Exercise brief: Search term "DIRECTION": work out how many lines of the data below contain it, and answer with that number alone.

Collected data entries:
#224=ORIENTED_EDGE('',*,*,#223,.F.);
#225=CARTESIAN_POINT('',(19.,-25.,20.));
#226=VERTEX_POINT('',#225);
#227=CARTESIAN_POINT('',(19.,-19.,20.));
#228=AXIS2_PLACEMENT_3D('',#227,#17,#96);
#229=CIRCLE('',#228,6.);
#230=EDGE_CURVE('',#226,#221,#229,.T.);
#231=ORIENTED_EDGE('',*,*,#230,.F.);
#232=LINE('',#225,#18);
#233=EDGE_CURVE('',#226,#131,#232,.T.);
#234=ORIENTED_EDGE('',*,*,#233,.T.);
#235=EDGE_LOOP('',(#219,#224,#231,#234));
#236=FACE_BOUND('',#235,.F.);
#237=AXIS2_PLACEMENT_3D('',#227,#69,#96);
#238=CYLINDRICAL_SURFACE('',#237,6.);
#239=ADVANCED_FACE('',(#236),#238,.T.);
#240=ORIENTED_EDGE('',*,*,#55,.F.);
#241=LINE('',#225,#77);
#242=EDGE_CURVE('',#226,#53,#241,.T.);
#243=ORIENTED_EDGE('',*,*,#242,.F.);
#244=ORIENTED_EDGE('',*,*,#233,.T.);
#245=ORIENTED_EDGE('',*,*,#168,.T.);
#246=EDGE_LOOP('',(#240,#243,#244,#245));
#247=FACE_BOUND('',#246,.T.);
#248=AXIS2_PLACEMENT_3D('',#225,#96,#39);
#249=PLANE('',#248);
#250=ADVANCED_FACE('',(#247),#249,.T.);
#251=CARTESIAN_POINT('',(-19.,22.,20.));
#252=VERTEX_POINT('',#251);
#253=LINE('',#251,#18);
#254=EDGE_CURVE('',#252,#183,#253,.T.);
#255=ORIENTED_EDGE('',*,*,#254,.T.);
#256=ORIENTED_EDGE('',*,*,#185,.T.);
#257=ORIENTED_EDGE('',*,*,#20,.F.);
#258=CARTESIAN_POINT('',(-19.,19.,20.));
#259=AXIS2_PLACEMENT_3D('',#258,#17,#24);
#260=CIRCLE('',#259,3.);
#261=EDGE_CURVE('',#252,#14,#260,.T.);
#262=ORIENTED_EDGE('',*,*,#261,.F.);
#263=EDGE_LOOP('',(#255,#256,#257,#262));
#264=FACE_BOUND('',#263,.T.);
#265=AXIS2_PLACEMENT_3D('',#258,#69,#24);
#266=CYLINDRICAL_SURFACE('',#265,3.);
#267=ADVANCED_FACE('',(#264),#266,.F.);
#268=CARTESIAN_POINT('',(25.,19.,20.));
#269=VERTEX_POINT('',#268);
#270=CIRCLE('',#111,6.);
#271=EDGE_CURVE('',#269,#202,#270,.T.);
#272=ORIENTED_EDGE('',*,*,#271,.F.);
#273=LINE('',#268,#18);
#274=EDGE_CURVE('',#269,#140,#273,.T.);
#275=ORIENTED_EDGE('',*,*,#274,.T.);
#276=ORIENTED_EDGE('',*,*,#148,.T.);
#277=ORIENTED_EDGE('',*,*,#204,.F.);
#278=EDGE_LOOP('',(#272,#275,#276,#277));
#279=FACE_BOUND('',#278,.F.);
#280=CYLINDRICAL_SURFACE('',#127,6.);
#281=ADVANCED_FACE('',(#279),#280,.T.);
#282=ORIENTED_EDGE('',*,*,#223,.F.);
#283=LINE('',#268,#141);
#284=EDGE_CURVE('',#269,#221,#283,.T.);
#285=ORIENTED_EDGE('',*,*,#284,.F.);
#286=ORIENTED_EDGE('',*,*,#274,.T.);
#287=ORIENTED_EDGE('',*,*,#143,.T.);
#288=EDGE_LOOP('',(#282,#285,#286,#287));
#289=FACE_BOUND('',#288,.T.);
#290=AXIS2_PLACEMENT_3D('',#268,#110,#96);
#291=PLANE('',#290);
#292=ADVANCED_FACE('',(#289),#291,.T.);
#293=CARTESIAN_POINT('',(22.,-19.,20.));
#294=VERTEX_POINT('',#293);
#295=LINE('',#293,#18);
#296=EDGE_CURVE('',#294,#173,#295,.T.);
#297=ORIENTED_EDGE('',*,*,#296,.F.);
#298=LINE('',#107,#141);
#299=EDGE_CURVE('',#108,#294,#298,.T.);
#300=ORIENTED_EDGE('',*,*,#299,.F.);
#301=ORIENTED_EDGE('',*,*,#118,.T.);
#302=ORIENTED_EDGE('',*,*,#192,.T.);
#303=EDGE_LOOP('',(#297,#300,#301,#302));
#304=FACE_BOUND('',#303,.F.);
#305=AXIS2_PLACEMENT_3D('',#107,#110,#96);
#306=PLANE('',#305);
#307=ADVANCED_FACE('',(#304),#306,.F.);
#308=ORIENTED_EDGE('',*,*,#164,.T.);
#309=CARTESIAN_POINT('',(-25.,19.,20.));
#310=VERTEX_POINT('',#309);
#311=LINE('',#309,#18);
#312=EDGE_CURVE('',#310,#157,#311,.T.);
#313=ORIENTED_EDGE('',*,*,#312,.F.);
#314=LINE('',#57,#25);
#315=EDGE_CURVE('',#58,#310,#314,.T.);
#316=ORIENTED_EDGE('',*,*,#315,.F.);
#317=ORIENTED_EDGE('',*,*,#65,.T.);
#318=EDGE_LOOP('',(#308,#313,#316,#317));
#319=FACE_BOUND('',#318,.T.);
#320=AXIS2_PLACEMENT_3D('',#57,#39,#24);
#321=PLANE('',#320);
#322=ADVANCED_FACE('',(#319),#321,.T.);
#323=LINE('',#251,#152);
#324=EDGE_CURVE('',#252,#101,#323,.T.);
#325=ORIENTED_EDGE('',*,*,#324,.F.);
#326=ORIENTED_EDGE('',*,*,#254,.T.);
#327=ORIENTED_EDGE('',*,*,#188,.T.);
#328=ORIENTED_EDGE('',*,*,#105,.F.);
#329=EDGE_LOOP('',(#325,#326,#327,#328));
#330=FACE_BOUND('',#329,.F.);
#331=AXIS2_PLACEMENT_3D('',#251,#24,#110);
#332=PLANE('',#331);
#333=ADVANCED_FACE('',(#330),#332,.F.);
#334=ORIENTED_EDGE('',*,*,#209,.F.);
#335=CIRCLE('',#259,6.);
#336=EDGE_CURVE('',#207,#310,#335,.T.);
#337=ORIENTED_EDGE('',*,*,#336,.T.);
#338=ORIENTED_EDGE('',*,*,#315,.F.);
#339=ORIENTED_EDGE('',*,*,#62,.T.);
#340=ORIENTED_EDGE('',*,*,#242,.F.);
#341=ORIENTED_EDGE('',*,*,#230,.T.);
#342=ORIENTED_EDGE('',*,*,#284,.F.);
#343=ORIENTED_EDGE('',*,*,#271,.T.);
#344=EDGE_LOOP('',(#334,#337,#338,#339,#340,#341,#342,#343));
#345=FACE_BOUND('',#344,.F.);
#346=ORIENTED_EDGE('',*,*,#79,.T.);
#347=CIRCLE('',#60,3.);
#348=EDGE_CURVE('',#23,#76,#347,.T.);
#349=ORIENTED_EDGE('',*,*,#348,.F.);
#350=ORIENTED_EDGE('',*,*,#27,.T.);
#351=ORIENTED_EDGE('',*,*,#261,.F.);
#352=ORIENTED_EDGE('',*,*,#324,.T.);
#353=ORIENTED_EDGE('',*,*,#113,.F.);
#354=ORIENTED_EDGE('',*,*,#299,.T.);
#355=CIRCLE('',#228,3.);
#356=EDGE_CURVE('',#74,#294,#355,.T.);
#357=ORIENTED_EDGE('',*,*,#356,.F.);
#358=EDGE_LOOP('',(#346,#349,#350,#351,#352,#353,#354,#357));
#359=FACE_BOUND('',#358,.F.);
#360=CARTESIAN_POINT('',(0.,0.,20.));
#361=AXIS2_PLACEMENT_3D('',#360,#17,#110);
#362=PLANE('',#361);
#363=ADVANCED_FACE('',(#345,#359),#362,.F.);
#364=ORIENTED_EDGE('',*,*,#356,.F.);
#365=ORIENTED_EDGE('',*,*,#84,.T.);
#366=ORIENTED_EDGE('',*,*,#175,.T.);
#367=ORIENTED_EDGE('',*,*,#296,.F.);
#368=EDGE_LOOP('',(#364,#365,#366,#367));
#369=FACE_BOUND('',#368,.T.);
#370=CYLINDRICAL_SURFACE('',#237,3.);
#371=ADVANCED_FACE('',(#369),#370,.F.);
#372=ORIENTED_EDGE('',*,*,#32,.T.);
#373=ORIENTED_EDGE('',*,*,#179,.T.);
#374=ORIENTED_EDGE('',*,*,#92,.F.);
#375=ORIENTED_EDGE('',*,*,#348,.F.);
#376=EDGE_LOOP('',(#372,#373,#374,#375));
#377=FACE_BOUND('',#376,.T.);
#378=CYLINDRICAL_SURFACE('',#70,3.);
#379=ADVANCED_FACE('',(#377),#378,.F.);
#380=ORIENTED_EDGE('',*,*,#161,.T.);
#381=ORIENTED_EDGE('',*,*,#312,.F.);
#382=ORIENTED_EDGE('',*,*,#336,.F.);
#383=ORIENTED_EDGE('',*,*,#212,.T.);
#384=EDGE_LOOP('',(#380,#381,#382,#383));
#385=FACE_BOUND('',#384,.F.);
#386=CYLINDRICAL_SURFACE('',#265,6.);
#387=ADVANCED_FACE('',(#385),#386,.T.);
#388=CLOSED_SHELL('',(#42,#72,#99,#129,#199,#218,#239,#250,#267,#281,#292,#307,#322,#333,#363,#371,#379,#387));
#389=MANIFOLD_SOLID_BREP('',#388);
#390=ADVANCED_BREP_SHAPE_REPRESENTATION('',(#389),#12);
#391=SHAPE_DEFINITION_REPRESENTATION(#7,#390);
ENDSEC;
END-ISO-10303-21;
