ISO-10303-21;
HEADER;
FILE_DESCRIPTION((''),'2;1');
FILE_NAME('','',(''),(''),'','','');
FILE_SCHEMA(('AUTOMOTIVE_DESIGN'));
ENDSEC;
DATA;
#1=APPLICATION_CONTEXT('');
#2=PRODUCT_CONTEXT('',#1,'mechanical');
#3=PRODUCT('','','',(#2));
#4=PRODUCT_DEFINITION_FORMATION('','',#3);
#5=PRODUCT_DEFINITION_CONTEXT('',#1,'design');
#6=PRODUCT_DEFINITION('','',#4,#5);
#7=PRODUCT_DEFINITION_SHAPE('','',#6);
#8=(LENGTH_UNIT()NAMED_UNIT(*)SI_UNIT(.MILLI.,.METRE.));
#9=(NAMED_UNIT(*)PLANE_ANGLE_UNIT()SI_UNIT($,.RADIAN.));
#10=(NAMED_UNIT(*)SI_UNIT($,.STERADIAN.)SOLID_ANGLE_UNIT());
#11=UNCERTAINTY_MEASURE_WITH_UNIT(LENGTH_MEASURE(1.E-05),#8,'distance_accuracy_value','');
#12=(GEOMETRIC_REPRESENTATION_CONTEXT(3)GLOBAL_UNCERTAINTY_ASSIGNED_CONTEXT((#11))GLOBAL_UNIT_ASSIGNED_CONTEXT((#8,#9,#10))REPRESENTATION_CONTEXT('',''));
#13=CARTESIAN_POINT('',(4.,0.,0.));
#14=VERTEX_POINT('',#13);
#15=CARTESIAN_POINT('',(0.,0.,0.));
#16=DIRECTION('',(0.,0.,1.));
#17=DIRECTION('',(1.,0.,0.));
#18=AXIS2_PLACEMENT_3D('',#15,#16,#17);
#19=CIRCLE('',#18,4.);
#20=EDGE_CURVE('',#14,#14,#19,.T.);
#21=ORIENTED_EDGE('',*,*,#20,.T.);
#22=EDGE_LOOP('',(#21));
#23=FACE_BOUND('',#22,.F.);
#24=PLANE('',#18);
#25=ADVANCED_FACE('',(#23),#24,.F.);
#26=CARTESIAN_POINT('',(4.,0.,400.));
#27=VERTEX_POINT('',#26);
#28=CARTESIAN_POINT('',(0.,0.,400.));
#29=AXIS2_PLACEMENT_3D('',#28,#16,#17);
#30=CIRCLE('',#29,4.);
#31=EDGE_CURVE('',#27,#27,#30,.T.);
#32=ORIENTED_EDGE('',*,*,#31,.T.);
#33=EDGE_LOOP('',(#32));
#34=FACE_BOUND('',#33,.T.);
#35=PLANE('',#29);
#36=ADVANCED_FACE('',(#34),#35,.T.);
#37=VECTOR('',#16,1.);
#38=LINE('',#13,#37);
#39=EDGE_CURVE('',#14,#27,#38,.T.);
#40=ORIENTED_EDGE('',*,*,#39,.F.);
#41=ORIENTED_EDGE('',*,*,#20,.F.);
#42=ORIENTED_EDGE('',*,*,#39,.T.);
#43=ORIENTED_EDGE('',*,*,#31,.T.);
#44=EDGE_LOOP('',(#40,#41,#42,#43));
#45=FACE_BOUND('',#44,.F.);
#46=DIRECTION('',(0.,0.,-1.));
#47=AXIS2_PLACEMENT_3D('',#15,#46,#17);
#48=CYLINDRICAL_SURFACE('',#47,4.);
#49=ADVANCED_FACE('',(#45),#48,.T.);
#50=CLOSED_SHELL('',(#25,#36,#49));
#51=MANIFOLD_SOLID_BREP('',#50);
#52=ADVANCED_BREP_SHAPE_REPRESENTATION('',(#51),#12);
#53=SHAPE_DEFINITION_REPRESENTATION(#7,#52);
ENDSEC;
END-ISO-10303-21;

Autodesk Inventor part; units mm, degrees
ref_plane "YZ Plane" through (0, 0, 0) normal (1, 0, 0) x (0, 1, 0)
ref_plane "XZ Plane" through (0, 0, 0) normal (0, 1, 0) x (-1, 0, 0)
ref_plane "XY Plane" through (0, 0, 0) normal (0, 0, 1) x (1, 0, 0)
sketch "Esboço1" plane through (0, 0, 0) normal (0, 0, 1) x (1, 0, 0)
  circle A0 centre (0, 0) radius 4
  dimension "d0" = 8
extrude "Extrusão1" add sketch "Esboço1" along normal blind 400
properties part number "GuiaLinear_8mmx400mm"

Task result: 3